Web lists-archives.com

SIMDebian: Debian Partial Fork with Radical ISA Baseline

Hi folks,

For most programs the "-march=native" option is not expected to bring any
significant performance improvement. However for some scientific applications
this proposition doesn't hold. When I was creating the tensorflow debian
package, I observed a significant performance gap between generic code and
kabylake (Intel 7XXX Series) code[1].

The significant improvement in performance basically stems from the Eigen
library (header only numerical linear algebra library). Here is a simple
example[2] for demonstrating the performance gap[3] between different ISA
baselines. (elapsed time is roughly measured with "perf stat ...")

Having seen such interesting results, I immediately created a Debian partial
fork named SIMDebian (SIMD + Debian)[0]. It makes great sense to some
applications due to the significant performance gain brought by SIMD code.
Currently this partial fork is still in the very early stage, and it needs

  * More experience about software that benefit a lot from SIMD code
    (e.g. What package would potentially benefit from SIMD code?)
  * Suggestions and comments
    (e.g. Is such a partial fork really useful and valuable?)
  * More people interested in this

SIMDebian is only a PARTIAL fork, which means that it only takes care of
packages that would obviously benefit from SIMD code, because no performance
gain is expected in terms of the majority of packages in the Debian archive.

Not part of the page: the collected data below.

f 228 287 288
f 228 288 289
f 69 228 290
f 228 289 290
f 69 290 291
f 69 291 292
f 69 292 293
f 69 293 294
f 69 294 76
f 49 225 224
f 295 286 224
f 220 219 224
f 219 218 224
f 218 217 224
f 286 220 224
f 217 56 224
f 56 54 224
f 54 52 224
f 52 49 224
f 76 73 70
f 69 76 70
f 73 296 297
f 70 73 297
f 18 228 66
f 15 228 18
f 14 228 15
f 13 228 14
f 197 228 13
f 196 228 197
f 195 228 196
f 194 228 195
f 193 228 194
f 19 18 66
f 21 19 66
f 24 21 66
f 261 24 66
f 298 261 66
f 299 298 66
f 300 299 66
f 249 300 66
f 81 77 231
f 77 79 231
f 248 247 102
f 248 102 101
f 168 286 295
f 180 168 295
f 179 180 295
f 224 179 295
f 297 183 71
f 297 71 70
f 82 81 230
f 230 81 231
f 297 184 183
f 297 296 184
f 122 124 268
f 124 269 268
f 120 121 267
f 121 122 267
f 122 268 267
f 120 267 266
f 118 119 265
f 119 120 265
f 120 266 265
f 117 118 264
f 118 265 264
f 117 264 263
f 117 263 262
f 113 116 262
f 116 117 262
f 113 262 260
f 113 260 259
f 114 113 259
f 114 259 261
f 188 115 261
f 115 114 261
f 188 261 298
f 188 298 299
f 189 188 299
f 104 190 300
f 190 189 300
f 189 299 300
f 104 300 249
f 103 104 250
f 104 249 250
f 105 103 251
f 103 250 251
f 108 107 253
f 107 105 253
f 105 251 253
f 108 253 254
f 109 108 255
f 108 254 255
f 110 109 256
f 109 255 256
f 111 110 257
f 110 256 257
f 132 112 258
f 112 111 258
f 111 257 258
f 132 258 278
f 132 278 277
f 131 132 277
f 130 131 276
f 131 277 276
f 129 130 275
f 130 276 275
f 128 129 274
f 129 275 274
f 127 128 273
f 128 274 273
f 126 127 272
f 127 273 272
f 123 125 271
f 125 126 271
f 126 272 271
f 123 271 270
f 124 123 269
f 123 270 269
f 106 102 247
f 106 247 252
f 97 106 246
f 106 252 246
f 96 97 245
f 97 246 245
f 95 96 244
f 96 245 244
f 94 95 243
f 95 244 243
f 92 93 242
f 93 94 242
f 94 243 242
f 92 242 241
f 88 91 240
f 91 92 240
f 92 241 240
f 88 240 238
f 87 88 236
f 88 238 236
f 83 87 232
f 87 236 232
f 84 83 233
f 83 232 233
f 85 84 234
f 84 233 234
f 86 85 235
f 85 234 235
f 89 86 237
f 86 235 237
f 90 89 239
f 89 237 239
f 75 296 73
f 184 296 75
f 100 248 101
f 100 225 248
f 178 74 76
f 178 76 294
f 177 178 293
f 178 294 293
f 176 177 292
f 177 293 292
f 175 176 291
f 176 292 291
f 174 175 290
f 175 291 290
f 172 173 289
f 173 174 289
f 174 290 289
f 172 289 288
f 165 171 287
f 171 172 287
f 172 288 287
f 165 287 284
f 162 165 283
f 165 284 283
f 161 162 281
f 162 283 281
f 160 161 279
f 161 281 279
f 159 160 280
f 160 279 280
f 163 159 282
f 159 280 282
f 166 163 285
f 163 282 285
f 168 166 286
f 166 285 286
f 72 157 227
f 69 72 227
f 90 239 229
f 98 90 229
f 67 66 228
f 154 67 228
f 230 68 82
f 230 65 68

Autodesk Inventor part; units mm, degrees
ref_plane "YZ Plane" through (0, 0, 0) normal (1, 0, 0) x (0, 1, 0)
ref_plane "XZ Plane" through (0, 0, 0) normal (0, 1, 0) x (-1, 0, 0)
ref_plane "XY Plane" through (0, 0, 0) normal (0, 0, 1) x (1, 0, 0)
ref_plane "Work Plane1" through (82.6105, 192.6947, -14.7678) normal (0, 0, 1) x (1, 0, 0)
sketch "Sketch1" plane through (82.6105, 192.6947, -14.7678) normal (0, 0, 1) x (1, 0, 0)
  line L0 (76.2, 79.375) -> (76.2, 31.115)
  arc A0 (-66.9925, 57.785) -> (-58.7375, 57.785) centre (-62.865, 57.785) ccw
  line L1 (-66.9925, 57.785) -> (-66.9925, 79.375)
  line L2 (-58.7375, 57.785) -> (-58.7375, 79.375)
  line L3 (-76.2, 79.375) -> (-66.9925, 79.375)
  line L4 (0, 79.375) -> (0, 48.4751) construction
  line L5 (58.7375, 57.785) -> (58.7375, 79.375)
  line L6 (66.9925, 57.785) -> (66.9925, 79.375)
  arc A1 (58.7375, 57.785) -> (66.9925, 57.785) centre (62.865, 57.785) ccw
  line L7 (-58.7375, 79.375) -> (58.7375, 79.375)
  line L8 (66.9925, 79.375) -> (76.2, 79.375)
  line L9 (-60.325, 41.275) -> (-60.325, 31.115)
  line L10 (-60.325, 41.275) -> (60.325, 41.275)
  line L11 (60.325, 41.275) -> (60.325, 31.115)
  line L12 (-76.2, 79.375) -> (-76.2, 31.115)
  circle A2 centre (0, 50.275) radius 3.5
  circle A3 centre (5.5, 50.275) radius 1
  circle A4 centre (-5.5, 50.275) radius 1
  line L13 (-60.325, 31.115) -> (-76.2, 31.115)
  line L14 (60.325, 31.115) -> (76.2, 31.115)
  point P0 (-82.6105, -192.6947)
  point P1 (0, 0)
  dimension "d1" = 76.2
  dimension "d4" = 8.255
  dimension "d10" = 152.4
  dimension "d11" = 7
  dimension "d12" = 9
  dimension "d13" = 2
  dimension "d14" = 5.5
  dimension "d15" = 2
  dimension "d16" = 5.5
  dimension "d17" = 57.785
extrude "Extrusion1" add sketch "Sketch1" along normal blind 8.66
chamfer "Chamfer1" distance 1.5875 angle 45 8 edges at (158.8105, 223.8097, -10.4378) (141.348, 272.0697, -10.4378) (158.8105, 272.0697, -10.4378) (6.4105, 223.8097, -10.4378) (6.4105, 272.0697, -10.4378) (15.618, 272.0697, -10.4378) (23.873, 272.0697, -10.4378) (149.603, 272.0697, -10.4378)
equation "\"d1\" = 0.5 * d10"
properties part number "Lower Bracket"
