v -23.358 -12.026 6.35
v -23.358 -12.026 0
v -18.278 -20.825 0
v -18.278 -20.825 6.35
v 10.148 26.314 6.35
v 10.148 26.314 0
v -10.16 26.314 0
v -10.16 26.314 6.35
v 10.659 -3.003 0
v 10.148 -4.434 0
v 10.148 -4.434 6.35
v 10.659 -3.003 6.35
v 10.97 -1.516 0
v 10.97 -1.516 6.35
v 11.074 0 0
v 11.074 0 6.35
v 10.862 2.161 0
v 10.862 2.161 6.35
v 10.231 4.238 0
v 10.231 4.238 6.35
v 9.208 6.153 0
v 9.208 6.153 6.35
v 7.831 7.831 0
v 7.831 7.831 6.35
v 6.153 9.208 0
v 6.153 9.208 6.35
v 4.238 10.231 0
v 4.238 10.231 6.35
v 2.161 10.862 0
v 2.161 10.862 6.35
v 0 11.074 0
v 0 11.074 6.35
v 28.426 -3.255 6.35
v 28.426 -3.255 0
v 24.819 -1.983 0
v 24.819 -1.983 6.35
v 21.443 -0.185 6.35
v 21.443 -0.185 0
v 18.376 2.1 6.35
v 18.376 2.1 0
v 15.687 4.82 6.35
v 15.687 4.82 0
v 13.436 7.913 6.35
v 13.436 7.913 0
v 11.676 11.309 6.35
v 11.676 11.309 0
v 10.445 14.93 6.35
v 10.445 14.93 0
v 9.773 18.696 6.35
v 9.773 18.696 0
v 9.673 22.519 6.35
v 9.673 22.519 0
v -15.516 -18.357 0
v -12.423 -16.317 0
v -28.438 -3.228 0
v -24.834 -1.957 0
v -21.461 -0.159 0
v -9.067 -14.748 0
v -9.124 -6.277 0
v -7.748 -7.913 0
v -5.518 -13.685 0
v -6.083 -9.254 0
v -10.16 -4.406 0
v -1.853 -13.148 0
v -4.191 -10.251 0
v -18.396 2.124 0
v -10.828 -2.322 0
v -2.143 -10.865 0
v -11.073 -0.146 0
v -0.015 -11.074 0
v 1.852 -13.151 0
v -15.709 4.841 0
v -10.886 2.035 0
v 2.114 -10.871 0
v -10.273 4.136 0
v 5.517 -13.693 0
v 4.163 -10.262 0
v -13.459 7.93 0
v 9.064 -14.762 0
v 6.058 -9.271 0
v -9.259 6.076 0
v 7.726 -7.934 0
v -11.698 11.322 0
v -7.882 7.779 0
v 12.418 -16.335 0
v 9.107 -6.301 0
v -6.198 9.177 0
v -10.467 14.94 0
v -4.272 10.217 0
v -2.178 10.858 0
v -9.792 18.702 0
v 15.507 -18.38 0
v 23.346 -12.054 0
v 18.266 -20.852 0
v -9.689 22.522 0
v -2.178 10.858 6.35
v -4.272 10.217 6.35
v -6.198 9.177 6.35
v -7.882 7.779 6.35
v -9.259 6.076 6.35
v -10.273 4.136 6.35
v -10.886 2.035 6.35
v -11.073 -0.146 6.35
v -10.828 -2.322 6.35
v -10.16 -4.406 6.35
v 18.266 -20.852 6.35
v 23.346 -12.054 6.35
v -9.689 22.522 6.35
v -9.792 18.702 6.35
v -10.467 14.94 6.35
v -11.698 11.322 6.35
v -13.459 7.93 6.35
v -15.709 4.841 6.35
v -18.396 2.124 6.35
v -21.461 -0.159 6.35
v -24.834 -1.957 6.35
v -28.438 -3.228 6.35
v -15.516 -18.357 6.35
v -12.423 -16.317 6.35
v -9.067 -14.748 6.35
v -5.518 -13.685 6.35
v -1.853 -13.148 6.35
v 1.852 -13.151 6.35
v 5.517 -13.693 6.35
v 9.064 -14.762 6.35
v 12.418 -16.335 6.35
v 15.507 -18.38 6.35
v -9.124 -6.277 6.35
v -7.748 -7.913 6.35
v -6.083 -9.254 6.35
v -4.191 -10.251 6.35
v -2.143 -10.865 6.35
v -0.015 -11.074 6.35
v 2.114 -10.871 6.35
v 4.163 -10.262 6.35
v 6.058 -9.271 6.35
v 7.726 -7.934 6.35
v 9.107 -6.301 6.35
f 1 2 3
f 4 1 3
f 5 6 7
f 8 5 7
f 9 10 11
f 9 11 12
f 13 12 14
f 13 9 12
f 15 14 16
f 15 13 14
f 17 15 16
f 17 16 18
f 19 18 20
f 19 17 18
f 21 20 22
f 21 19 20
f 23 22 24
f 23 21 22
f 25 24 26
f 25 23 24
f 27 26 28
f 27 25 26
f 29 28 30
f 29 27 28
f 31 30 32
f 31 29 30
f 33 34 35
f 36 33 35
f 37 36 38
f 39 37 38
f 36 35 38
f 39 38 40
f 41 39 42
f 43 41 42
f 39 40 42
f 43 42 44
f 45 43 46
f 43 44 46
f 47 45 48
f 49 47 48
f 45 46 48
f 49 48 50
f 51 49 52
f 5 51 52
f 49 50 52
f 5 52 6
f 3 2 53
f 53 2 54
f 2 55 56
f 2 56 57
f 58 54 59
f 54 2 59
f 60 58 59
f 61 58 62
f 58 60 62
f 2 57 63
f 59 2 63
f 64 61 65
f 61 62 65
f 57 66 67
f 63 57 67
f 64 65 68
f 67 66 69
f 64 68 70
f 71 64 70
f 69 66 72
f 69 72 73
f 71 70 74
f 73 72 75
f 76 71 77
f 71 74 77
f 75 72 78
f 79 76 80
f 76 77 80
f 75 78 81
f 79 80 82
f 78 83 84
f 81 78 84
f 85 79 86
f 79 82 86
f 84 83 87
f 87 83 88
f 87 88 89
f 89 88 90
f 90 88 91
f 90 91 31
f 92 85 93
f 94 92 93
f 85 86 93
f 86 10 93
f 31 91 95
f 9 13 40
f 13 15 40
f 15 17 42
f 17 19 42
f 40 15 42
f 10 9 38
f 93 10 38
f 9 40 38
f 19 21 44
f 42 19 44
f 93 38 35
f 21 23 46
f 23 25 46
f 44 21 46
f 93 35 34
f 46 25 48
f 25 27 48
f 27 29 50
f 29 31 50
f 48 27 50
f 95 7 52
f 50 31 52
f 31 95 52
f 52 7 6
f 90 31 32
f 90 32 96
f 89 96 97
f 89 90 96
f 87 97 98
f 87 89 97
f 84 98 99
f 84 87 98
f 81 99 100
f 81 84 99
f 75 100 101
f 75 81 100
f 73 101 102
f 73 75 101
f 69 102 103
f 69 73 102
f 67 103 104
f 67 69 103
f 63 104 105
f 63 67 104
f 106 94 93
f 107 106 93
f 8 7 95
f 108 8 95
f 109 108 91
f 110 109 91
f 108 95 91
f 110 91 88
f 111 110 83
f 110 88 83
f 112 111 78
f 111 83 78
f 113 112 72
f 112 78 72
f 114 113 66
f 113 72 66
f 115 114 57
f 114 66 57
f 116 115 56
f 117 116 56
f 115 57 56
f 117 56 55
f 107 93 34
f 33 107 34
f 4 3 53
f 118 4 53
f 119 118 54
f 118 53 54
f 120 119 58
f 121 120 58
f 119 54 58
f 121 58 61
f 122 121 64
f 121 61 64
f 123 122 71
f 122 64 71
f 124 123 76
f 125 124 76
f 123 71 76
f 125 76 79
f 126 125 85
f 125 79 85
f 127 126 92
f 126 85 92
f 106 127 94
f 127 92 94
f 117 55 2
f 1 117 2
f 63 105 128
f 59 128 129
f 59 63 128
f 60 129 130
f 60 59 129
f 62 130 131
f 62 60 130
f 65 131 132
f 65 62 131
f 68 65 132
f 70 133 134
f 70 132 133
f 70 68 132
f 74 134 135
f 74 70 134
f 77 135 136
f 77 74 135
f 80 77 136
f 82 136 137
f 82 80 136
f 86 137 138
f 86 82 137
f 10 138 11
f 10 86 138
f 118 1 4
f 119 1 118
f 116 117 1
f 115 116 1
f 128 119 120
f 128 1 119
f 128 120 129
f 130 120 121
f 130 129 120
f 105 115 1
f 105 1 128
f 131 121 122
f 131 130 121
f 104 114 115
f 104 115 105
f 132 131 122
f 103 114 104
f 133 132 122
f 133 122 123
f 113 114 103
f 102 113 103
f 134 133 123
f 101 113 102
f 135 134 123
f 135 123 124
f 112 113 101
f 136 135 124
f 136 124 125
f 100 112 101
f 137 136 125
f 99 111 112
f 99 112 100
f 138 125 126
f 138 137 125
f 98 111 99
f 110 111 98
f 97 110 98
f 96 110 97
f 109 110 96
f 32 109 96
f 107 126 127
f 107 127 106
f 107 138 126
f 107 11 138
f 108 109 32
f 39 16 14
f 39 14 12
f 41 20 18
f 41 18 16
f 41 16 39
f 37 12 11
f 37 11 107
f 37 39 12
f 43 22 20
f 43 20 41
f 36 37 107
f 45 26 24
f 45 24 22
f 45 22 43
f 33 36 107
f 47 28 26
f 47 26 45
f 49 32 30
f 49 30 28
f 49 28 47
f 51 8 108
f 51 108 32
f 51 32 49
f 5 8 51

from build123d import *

# Parameters (mm, degrees)
F1_DEPTH = 6.35
F2_DEPTH = 914.4


with BuildPart() as f1:
    # F0 (on Top) → F1 (new body)
    with BuildSketch(Plane.XY):
        with BuildLine():
            ThreePointArc((-10.16, -4.4064424835), (-9.2585377355, 6.0763323116), (0, 11.0744))
            Line((0, 11.0744), (0, 26.3144))
            Line((0, 26.3144), (-10.16, 26.3144))
            ThreePointArc((-10.16, 26.3144), (-13.4590659426, 7.9300363387), (-28.4382271537, -3.227624381))
            Line((-28.4382271537, -3.227624381), (-23.3582271537, -12.0264424835))
            Line((-23.3582271537, -12.0264424835), (-10.16, -4.4064424835))
        make_face()
        with BuildLine():
            ThreePointArc((10.148152514, -4.4336594269), (10.8403652051, -2.2646892899), (11.0744, 0))
            ThreePointArc((11.0744, 0), (7.8307833376, 7.8307833376), (0, 11.0744))
            ThreePointArc((0, 11.0744), (-9.2585377355, 6.0763323116), (-10.16, -4.4064424835))
            ThreePointArc((-10.16, -4.4064424835), (-0.0148418743, -11.0743900545), (10.148152514, -4.4336594269))
        make_face()
        with BuildLine():
            ThreePointArc((0, 11.0744), (7.8307833376, 7.8307833376), (11.0744, 0))
            ThreePointArc((11.0744, 0), (10.8403652051, -2.2646892899), (10.148152514, -4.4336594269))
            Line((10.148152514, -4.4336594269), (23.3463796676, -12.0536594269))
            Line((23.3463796676, -12.0536594269), (28.4263796676, -3.2548413244))
            ThreePointArc((28.4263796676, -3.2548413244), (13.4364974773, 7.9131265949), (10.148152514, 26.3144))
            Line((10.148152514, 26.3144), (0, 26.3144))
            Line((0, 26.3144), (0, 11.0744))
        make_face()
        with BuildLine():
            Line((23.3463796676, -12.0536594269), (10.148152514, -4.4336594269))
            ThreePointArc((10.148152514, -4.4336594269), (-0.0148418743, -11.0743900545), (-10.16, -4.4064424835))
            Line((-10.16, -4.4064424835), (-23.3582271537, -12.0264424835))
            Line((-23.3582271537, -12.0264424835), (-18.2782271537, -20.8252605859))
            ThreePointArc((-18.2782271537, -20.8252605859), (-0.0001467991, -13.082077915), (18.2663796676, -20.8524775293))
            Line((18.2663796676, -20.8524775293), (23.3463796676, -12.0536594269))
        make_face()
    extrude(amount=F1_DEPTH)

    # F0 (on Top) → F2 (cut)
    with BuildSketch(Plane.XY):
        with BuildLine():
            ThreePointArc((10.148152514, -4.4336594269), (10.8403652051, -2.2646892899), (11.0744, 0))
            ThreePointArc((11.0744, 0), (7.8307833376, 7.8307833376), (0, 11.0744))
            ThreePointArc((0, 11.0744), (-9.2585377355, 6.0763323116), (-10.16, -4.4064424835))
            ThreePointArc((-10.16, -4.4064424835), (-0.0148418743, -11.0743900545), (10.148152514, -4.4336594269))
        make_face()
    extrude(amount=F2_DEPTH, mode=Mode.SUBTRACT)


solid = f1.part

Generally speaking, in order to bump the ISA baseline for a given package, one
could add the -march=xxx flag to {C,CXX,F}FLAGS by modifying debian/rules.
However SIMDebian employes a more economic approach to this end: forking
dpkg[5] and injecting -march=xxx flag to the system default flag list. With the
resulting dpkg package, most debian packages could be rebuilt with bumped ISA
baseline without any code modification.

I think Debian Science team is interested in this partial fork as well. In the
past there was a highly-related GSoC project[4] (In my fuzzy memory the topic
lead to the creation of the GSoC project was raised by me). However for some
reason (I forgot it) it didn't start.

This is the first time I try to fork Debian and apparently I have no experience
on running a fork. I need comments from especially the Debian Science Team.
Any response/pointer would be much appreciated!

P.S. SIMDebian has an alias: SIGILLbian (SIGILL + Debian).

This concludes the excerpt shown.